Geometry Conflict: New Research Reveals Why LLMs Forget During Continual Training
Key Takeaways
- ▸Geometry conflict—a measure of covariance geometry alignment between task updates and model state—accurately predicts when LLM continual training causes forgetting versus successful capability transfer
- ▸GCWM improves both retention of existing knowledge and final performance across multiple continual training scenarios without replay data, outperforming existing data-free update-integration methods
- ▸Continual post-training effectiveness depends on geometric compatibility between updates, not just update magnitude or other traditional metrics like gradient conflict or subspace alignment
Summary
Researchers from The Hong Kong Polytechnic University have published a groundbreaking study on a critical challenge in deploying large language models: catastrophic forgetting during continual post-training. The research introduces 'geometry conflict,' a novel concept that explains when sequential updates cause LLMs to lose existing knowledge. Rather than viewing forgetting as simply caused by large parameter updates, the researchers show it is a 'state-relative update-integration failure'—occurring when new task updates become geometrically incompatible with the model's current state shaped by previous training.

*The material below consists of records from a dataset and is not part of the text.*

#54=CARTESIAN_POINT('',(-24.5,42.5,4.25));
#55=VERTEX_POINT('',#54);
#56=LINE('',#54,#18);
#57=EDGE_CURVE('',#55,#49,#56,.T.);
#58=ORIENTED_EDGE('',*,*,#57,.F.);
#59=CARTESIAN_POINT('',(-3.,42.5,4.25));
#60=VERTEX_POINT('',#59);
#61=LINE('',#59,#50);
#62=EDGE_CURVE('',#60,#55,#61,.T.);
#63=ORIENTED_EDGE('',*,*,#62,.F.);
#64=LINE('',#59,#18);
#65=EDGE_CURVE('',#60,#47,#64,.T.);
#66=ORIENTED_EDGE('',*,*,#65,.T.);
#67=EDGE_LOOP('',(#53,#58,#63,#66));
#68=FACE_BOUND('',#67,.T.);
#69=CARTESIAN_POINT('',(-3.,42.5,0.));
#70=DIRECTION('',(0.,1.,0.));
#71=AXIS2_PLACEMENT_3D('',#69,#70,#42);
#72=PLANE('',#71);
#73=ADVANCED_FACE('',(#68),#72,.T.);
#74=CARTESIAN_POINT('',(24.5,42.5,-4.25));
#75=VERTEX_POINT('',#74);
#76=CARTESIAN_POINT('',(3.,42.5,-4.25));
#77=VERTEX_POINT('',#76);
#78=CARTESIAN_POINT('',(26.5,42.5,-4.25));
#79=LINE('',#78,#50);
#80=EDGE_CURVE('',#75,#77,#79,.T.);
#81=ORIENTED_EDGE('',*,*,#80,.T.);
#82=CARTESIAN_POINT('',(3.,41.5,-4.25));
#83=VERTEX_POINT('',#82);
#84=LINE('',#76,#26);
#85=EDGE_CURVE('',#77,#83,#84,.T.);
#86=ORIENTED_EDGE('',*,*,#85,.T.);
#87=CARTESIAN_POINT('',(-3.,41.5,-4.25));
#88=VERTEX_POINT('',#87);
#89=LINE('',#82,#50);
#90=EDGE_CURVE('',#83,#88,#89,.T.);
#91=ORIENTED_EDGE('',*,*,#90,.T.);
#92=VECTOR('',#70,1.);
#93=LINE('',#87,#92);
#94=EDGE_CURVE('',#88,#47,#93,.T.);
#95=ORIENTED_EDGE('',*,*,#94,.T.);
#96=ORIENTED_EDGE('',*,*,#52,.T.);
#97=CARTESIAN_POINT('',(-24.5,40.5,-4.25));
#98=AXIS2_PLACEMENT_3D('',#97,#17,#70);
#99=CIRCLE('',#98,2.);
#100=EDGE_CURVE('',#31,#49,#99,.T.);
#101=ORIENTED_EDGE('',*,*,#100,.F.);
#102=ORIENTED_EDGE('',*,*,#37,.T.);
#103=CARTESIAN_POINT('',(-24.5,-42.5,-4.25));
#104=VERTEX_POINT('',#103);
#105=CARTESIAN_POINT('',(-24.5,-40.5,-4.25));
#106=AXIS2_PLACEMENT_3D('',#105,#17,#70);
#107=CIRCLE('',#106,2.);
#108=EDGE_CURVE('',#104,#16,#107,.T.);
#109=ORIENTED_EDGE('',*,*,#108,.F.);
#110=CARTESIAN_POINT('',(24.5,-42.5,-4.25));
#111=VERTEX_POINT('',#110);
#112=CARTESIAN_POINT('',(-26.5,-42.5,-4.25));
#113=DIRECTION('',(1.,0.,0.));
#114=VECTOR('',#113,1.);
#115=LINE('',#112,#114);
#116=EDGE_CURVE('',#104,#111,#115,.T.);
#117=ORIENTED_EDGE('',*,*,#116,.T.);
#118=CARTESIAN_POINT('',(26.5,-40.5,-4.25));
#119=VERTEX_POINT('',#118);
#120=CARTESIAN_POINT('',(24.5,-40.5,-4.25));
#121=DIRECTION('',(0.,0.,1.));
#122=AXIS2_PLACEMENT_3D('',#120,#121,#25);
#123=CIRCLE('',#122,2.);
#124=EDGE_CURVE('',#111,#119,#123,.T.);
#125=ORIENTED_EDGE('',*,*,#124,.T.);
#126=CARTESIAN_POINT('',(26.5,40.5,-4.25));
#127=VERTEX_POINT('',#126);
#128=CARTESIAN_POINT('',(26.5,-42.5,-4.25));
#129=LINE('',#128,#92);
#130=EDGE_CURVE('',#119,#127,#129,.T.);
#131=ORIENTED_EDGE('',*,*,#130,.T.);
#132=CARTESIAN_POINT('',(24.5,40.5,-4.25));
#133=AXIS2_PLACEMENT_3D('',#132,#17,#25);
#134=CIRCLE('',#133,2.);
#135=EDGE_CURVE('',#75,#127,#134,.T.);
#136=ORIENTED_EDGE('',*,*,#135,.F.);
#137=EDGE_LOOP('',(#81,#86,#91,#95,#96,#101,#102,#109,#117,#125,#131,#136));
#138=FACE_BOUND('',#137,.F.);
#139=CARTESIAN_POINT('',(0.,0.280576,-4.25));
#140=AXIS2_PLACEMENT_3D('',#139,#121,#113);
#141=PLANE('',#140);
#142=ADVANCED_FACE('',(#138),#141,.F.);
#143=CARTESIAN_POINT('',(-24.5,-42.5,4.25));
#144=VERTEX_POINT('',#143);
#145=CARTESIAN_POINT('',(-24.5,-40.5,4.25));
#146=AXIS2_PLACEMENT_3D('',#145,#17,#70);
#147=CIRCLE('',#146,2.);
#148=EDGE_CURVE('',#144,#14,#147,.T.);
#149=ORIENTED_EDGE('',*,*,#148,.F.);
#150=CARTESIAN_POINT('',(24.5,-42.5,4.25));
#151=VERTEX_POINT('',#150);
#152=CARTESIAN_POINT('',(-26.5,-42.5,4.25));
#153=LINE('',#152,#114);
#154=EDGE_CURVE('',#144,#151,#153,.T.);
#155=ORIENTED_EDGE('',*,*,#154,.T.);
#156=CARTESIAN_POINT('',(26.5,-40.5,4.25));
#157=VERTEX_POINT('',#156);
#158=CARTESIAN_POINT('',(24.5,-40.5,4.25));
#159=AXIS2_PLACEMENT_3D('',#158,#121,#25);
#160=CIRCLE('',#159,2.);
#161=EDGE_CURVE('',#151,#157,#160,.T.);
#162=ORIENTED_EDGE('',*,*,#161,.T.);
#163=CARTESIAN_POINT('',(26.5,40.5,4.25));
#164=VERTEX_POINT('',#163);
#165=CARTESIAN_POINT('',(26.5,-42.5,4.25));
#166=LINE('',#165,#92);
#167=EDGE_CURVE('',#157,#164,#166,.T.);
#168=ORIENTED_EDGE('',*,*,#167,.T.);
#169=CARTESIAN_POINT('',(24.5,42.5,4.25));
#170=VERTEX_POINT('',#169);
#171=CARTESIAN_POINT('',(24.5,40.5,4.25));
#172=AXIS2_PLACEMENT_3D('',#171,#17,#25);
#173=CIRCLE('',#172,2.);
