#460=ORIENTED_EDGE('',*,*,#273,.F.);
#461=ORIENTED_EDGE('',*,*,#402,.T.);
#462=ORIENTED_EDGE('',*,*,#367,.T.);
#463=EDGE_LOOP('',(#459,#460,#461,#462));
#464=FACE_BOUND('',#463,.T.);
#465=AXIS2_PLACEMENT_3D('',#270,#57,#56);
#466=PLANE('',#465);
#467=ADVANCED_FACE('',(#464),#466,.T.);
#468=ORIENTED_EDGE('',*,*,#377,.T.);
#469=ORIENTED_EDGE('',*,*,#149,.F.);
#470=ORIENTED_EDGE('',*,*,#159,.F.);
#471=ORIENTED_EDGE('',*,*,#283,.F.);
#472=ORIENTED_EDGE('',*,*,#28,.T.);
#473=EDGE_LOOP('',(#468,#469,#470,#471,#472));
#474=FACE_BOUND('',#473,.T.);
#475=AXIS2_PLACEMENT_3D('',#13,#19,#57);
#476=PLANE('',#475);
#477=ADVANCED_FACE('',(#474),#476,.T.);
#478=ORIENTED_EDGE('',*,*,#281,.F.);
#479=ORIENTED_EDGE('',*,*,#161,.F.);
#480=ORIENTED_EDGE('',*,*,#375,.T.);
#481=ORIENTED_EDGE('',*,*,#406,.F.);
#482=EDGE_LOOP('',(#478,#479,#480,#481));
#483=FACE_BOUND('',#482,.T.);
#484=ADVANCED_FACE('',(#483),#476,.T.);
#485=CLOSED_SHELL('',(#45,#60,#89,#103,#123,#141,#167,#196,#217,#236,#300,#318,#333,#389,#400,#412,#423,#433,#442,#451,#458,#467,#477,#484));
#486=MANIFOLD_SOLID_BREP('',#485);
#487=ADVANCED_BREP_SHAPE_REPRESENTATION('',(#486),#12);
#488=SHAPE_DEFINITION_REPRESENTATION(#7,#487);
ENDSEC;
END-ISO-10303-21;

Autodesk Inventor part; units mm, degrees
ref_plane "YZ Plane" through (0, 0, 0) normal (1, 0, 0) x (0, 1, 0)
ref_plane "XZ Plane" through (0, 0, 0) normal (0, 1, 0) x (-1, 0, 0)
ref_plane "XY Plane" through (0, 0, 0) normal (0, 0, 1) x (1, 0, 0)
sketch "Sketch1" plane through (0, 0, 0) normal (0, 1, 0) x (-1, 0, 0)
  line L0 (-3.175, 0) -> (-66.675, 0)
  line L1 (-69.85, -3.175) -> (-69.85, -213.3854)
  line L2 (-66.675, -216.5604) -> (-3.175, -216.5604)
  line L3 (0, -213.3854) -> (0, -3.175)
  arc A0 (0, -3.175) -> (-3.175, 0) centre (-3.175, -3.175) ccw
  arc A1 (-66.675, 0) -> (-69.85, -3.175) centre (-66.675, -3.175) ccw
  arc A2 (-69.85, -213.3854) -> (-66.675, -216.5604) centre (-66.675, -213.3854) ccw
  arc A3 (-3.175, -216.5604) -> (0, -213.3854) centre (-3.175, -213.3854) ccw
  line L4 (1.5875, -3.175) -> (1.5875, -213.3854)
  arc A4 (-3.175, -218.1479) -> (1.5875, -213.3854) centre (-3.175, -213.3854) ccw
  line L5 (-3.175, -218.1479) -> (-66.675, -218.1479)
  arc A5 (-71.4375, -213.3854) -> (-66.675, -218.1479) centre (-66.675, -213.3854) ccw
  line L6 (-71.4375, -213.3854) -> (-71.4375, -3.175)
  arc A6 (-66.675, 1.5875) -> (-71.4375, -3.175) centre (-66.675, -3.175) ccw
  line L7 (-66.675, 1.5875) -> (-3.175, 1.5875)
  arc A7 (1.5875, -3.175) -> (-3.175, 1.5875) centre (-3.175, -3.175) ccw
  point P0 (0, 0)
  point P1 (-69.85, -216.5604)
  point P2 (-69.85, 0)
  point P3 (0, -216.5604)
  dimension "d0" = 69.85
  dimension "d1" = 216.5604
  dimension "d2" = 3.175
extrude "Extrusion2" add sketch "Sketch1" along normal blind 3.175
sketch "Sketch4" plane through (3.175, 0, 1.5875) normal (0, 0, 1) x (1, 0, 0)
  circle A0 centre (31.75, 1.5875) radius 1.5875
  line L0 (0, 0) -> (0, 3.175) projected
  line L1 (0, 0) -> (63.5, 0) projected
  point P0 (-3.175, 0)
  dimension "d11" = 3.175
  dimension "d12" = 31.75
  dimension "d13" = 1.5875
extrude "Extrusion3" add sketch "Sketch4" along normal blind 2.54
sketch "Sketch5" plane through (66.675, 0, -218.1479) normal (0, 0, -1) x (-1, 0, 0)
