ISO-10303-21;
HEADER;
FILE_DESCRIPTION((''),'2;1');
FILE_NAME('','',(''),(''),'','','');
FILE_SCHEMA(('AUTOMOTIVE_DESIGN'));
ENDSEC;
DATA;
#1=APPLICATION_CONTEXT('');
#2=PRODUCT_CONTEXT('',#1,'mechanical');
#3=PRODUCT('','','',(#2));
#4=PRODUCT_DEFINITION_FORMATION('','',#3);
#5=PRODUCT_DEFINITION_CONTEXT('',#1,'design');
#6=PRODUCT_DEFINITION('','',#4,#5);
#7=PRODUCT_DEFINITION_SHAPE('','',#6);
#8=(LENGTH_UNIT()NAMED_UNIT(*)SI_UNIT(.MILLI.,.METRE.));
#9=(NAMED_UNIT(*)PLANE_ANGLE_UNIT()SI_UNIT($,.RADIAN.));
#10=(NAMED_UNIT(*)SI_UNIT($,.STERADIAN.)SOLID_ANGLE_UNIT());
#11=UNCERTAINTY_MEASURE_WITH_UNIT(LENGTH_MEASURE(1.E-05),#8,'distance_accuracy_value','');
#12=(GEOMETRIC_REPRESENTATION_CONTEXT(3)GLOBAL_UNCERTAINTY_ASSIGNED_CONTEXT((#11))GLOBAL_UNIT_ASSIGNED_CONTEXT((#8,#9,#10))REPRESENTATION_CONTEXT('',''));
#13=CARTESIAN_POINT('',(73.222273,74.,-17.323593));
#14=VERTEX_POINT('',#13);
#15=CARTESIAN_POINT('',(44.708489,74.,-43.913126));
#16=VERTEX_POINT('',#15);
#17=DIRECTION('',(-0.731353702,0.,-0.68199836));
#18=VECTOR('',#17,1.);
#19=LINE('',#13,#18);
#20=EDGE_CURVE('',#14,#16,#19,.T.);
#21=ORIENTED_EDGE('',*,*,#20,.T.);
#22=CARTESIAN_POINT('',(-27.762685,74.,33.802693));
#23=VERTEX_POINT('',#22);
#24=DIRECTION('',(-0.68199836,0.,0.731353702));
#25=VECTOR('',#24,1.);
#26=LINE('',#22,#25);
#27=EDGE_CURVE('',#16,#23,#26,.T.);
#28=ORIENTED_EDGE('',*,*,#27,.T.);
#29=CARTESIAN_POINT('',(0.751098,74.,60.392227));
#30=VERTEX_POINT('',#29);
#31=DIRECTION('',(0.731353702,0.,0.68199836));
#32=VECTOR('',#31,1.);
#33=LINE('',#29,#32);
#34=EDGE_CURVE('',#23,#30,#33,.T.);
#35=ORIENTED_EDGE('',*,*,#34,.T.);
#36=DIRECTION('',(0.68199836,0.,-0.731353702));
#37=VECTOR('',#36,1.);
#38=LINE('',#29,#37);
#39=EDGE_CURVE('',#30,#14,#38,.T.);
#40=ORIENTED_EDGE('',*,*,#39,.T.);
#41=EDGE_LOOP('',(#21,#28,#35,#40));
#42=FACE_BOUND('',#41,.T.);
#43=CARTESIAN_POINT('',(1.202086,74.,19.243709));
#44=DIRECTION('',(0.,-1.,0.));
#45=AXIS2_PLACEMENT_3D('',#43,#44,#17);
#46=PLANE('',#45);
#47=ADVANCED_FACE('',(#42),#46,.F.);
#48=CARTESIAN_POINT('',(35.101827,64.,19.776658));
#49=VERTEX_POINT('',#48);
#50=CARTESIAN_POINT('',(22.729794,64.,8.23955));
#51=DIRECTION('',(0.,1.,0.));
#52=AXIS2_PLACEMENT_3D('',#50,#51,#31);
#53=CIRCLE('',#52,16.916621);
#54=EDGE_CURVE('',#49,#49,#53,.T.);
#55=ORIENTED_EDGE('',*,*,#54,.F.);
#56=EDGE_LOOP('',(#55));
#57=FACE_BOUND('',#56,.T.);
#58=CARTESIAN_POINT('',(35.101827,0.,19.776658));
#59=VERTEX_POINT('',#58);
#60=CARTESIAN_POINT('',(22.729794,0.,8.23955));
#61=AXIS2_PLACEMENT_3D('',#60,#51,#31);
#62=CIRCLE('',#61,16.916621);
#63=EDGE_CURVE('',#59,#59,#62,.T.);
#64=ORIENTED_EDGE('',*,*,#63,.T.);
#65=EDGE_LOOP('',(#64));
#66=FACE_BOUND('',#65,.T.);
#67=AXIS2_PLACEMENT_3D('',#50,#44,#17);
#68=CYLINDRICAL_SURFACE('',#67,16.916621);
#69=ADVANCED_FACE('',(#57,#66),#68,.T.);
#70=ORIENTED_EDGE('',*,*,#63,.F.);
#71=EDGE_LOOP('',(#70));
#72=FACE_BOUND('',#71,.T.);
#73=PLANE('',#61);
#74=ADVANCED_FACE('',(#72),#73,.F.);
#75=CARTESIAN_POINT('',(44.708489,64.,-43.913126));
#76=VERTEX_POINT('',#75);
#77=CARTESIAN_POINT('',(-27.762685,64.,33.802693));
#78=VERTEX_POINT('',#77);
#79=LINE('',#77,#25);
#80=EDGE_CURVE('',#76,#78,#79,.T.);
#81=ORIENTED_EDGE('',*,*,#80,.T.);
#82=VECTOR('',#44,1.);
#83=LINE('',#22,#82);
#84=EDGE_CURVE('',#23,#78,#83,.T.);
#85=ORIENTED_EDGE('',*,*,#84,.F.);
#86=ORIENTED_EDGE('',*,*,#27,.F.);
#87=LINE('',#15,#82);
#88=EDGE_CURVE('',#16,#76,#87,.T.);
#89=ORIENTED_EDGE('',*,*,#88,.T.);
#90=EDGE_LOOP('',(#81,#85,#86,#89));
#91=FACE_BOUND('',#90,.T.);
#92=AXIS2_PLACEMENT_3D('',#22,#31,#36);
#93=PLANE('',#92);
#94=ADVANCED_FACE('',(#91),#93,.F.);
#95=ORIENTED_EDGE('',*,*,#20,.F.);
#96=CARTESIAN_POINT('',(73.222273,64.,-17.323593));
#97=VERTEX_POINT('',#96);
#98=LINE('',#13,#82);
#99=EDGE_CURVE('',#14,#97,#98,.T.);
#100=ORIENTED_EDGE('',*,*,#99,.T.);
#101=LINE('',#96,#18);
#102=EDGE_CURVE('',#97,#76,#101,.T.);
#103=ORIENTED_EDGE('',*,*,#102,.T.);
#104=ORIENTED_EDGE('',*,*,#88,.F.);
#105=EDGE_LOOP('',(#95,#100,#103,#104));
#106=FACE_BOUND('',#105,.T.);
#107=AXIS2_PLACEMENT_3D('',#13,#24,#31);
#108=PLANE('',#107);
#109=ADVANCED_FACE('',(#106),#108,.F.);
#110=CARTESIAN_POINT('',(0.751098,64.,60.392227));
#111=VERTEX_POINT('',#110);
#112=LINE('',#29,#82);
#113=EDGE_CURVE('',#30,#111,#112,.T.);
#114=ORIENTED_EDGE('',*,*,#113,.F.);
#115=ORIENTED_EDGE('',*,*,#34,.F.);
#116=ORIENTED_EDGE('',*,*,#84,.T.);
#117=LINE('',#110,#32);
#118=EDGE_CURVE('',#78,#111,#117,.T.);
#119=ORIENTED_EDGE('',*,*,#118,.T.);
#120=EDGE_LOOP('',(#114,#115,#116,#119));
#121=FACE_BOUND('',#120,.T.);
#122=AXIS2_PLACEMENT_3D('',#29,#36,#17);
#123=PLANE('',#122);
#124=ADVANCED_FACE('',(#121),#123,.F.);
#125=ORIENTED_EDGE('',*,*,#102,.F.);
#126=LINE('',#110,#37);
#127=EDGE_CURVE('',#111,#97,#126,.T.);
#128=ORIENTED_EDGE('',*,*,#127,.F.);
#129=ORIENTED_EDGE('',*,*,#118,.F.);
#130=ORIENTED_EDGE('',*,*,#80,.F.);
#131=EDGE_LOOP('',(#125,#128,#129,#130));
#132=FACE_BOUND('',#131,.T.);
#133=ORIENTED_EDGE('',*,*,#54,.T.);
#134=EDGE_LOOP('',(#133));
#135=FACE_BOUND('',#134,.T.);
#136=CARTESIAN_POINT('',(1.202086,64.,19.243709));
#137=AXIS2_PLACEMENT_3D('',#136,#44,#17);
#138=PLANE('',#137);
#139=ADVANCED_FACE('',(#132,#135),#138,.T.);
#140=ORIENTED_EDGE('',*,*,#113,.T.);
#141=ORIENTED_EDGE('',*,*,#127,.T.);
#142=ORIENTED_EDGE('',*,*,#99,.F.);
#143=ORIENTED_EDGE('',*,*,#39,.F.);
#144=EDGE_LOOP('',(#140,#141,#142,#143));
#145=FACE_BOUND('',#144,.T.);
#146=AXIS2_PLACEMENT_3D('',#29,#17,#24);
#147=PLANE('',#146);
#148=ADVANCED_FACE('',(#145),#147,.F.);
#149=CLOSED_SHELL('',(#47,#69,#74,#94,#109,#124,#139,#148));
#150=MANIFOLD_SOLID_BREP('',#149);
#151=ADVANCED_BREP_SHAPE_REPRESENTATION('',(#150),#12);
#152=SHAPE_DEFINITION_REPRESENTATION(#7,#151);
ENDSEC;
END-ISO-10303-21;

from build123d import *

# Parameters (mm, degrees)
SKETCH1_R             = 16.916621232
BOSS_EXTRUDE1_DEPTH   = 64
SKETCH2_W             = 106.262974488
SKETCH2_H             = 38.987679284
BOSS_EXTRUDE2_DEPTH   = 10
BODY_MOVE_COPY1_ANGLE = 47


with BuildPart() as part:
    # Sketch1 → Boss-Extrude1 (new body)
    with BuildSketch(Plane(origin=(0, 0, 0), x_dir=(1, 0, 0), z_dir=(0, 1, 0))):
        with Locations((22.72979363, -8.239550191)):
            Circle(SKETCH1_R)
    extrude(amount=BOSS_EXTRUDE1_DEPTH)

    # Sketch2 → Boss-Extrude2 (add)
    with BuildSketch(Plane(origin=(0, 64, 0), x_dir=(1, 0, 0), z_dir=(0, 1, 0))):
        with Locations((22.72979363, -8.239550191)):
            Rectangle(SKETCH2_W, SKETCH2_H)
    extrude(amount=BOSS_EXTRUDE2_DEPTH)


with BuildPart() as part_1:
    # Body-Move/Copy1: moved
    add(part.part.rotate(Axis((22.72979363, 0, 8.239550191), (0, 1, 0)), BODY_MOVE_COPY1_ANGLE))


solid = part_1.part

The team proposes Geometry-Conflict Wasserstein Merging (GCWM), a data-free method that uses geometric compatibility as a control signal to integrate new updates while preserving existing capabilities. When tested across Qwen3 models (0.6B to 14B parameters) in both domain-continual and capability-continual settings, GCWM consistently outperformed existing data-free baselines without requiring replay data. This work reconceptualizes continual post-training as fundamentally a problem of managing geometric compatibility between sequential updates, offering a practical framework for deploying continuously-improving language models without sacrificing previously learned knowledge.
Editorial Opinion
This research provides a compelling geometric framework for understanding one of the most pressing challenges in scaling language model development. As companies increasingly need to continuously adapt and improve deployed LLMs without catastrophic performance loss, geometry conflict offers both theoretical insight and practical control mechanisms for safer, more efficient continual training—a capability that could significantly accelerate the pace of model improvement across the industry.